El francotirador paciente. Arturo Pérez-Reverte. Alfaguara: Madrid, 2013
We can be heroes just one day
Por lo menos son quince años los que me separan de la última lectura de una novela de Don Arturo Pérez-Reverte, tal vez más. Hasta hoy, largo domingo de descanso en que me he ventilado del tirón su más reciente publicación, El francotirador paciente, no había vuelto a acudir a sus escritos para pasar mis ratos de ocio, de reflexión o de lo que sea que uno pase cuando decide meterse una novela entre pecho y espalda. En esos quince años (o más) he tenido siempre la sensación de que cada vez que el susodicho abre la boca o transfiere sus vertidos verbales al papel impreso, hay alguien en algún sitio que le aplaude, que asiente con la cabeza sus lúcidas réplicas y provocaciones y que se suma a la larga lista de admiradores y/o lectores potenciales de sus obras, gracias precisamente a eso que ha expresado.
Arturo Pérez-Reverte, pienso, es un soberbio narrador.
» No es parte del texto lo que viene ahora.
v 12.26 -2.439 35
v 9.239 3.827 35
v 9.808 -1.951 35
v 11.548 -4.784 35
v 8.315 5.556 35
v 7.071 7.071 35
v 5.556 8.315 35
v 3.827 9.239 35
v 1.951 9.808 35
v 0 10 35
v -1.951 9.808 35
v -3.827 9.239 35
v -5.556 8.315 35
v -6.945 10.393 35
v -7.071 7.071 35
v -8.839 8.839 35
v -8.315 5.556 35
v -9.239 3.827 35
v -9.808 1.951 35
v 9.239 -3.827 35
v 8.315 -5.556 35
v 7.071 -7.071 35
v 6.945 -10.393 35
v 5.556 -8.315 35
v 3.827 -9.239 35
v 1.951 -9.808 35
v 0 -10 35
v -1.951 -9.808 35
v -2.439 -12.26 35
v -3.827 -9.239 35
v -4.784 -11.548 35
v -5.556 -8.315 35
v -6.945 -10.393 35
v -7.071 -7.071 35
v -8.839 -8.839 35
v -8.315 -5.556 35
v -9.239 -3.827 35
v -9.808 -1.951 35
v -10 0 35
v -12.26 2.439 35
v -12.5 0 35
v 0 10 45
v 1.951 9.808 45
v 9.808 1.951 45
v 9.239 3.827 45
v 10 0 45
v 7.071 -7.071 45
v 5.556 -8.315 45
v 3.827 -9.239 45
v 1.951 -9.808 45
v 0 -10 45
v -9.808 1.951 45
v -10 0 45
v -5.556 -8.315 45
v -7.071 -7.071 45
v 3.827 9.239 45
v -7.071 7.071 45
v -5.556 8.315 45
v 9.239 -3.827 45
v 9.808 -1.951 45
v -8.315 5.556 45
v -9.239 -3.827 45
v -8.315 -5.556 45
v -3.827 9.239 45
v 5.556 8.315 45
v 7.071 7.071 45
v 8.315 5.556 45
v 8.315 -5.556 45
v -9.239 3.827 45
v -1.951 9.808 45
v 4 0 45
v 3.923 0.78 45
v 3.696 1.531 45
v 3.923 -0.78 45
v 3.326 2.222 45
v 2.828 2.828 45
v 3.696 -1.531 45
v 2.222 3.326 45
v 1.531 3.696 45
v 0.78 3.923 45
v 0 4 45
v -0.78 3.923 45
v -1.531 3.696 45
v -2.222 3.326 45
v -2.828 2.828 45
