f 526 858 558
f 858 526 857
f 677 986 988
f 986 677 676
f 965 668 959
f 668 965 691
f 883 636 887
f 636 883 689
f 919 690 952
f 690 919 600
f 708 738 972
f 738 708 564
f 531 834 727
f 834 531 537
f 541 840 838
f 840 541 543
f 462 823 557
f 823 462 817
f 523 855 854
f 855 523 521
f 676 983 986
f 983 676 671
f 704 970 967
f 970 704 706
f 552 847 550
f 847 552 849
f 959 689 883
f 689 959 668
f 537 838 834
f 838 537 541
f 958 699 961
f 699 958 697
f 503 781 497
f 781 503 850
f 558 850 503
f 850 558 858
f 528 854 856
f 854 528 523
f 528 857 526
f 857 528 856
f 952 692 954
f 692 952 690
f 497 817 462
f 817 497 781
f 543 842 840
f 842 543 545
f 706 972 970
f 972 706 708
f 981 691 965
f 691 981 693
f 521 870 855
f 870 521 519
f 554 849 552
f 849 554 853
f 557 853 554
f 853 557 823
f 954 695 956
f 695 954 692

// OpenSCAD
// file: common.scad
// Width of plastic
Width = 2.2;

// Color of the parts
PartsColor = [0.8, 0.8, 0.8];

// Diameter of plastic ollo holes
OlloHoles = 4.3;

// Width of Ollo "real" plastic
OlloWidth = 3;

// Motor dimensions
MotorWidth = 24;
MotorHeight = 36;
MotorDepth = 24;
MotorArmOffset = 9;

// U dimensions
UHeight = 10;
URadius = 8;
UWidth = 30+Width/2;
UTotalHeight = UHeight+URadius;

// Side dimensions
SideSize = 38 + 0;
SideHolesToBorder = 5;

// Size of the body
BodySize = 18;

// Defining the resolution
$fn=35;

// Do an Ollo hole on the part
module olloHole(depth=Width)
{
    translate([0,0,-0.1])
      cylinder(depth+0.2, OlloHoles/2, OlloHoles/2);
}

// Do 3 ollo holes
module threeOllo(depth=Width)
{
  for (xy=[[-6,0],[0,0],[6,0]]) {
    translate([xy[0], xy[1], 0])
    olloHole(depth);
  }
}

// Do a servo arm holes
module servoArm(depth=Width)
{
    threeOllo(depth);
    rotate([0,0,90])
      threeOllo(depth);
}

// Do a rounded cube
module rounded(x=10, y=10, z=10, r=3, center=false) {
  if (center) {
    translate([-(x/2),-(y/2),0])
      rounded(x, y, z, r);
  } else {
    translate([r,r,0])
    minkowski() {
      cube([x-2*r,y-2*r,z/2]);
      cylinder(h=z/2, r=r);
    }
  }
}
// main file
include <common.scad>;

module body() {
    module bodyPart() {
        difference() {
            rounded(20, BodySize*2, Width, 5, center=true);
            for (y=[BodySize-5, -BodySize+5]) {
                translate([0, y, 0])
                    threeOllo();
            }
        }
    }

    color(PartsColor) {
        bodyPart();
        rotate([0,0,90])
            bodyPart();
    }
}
Lo creía hace quince años y lo sigo creyendo ahora. El maestro de esgrima (Mondadori: Madrid, 1988), La tabla de Flandes (Alfaguara: Madrid, 1990) y La piel del tambor (Alfaguara: Madrid, 1995) si bien llegaron a mí en un momento en el cual comenzaba a interesarme por la literatura y en el que muy probablemente fuera yo bastante influenciable en mis criterios, fueron grandes compañeras y animados temas de conversación. Para eso me sirvieron y así permanecen en mi recuerdo.
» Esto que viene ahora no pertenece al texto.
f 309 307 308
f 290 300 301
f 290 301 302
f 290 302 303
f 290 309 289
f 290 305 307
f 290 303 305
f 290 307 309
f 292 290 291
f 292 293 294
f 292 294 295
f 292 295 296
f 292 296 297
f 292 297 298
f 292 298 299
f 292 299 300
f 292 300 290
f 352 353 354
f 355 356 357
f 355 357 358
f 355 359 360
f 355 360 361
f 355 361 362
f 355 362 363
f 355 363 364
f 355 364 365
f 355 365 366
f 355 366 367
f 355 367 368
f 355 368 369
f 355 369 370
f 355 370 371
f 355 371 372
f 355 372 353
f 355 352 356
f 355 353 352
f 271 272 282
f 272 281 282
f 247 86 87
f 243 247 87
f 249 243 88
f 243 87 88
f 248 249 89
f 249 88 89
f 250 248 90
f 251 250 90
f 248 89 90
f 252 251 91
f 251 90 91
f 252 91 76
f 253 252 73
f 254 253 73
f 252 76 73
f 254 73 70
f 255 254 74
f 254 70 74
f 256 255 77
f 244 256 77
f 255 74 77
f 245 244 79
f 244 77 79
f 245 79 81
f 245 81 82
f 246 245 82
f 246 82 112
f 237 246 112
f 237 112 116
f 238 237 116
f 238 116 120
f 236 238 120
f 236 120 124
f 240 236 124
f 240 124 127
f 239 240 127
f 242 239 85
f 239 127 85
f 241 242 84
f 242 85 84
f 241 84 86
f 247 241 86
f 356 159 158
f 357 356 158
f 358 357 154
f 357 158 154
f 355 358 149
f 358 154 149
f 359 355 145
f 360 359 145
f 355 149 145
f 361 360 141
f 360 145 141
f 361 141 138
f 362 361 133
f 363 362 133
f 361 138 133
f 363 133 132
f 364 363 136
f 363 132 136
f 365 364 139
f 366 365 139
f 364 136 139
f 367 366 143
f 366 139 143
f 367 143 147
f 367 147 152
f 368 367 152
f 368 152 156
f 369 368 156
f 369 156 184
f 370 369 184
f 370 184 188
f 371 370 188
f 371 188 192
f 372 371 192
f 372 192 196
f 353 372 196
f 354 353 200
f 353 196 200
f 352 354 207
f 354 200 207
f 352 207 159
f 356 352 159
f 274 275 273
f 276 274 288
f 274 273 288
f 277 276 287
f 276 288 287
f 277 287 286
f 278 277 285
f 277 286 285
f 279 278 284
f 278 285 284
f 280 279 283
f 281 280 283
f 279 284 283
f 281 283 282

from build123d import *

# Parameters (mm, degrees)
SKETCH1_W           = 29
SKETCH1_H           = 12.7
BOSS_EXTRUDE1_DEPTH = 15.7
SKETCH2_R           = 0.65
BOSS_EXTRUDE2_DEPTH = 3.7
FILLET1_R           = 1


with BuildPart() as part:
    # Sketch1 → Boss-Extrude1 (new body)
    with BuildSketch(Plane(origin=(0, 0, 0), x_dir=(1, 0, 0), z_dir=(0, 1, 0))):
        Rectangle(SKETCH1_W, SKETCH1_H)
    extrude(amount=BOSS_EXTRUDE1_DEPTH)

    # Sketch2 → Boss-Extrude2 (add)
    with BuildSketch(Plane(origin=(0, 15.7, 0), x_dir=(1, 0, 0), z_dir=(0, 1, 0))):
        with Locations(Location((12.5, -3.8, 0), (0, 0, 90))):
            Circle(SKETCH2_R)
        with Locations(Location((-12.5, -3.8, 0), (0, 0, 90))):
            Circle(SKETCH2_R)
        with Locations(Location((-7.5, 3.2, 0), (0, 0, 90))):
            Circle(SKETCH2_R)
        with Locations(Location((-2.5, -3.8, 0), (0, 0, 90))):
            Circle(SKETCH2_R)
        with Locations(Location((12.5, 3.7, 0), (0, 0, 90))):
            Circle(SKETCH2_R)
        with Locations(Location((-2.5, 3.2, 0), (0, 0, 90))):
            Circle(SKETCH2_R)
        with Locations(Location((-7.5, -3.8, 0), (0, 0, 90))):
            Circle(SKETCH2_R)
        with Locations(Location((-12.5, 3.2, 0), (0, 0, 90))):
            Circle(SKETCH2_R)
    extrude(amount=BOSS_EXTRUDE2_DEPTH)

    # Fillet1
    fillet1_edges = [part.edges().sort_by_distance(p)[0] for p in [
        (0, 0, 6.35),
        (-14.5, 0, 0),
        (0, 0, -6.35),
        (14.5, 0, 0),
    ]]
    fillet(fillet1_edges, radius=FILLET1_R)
Sin embargo, son sus otros textos, artículos de opinión y tantas otras intervenciones en forma de entrevista o colaboración con algún que otro programa de algún que otro medio los que me han hecho llegar a la conclusión que antes mencionaba: que Don Arturo encuentra -buscándola o no- la eterna complacencia deslenguada con sus lectores, espectadores u oyentes. Eso, a mí al menos, me carga bastante.
Precisamente, ese liderazgo ganado a golpe de provocación y persistencia ante la audiencia es el que sostiene el argumento de este último libro suyo: tal ejercicio es cuestionado desde varios puntos de vista por boca de antagónicos personajes y se plantea con tanta amabilidad, que una se rinde de nuevo a los poderes de la pluma de este hombre.
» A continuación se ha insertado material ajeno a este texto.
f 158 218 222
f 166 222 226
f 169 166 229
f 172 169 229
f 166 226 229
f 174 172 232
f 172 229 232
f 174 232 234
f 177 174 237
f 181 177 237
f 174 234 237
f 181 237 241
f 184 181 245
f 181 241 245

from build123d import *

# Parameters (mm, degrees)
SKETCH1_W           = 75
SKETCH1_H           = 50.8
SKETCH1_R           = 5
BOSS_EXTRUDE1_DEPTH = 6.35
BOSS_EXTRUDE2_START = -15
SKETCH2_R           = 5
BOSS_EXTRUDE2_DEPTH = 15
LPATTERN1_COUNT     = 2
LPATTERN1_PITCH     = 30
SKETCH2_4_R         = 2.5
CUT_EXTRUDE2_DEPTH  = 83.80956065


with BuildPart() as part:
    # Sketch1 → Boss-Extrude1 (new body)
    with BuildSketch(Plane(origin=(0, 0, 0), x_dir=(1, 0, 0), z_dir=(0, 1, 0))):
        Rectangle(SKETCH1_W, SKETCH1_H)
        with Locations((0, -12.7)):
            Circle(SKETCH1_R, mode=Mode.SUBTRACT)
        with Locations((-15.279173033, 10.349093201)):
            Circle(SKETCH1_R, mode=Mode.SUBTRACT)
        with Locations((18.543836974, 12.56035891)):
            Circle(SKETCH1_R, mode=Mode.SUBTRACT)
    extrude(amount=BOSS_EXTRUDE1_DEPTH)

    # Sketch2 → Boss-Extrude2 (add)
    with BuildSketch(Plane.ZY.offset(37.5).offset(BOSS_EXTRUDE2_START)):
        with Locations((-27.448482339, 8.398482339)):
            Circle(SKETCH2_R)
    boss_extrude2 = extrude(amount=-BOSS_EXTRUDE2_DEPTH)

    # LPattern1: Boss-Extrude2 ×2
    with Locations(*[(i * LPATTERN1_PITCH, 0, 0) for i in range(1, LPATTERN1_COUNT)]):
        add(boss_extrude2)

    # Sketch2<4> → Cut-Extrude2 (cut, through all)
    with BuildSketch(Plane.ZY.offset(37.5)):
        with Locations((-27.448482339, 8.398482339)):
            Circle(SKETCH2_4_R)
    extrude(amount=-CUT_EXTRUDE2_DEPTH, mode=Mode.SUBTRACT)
El francotirador paciente recrea el ambiente de una trama policíaca, conforme a las modas literarias actuales, a saber: hembra investigadora y más lista que el hambre, frágil y gélida como un carámbano de la montaña que irrumpe en un mundillo que a priori le es ajeno y en el que se convierte en blanco de amenazas, protecciones y chantajes a cada paso que la hace avanzar por él. Ella busca a alguien que se esconde, alguien lo suficientemente poderoso como para constituir una amenaza de dimensiones poco modestas, cuya cabeza además, tiene precio.
El escenario de la acción es la calle y los grafiteros, los «escritores de muros» cuyos principios fundamentales en la vida son el respeto y la reputación, el macarrismo de felpas y gorras que ocultan rostros. Un mundillo que encumbra a héroes por el hecho de atreverse a desafiar las normas y expresar en spray lo que opina más de uno pero que sólo se atreven a pintar ellos.
El trasfondo de la misma es el dilema del arte y sus límites, sus poderes y su precio: qué tipo de reacción persigue quien provoca por medio de una creación artística y por cuánto está dispuesto a venderse, si acaso tiene precio.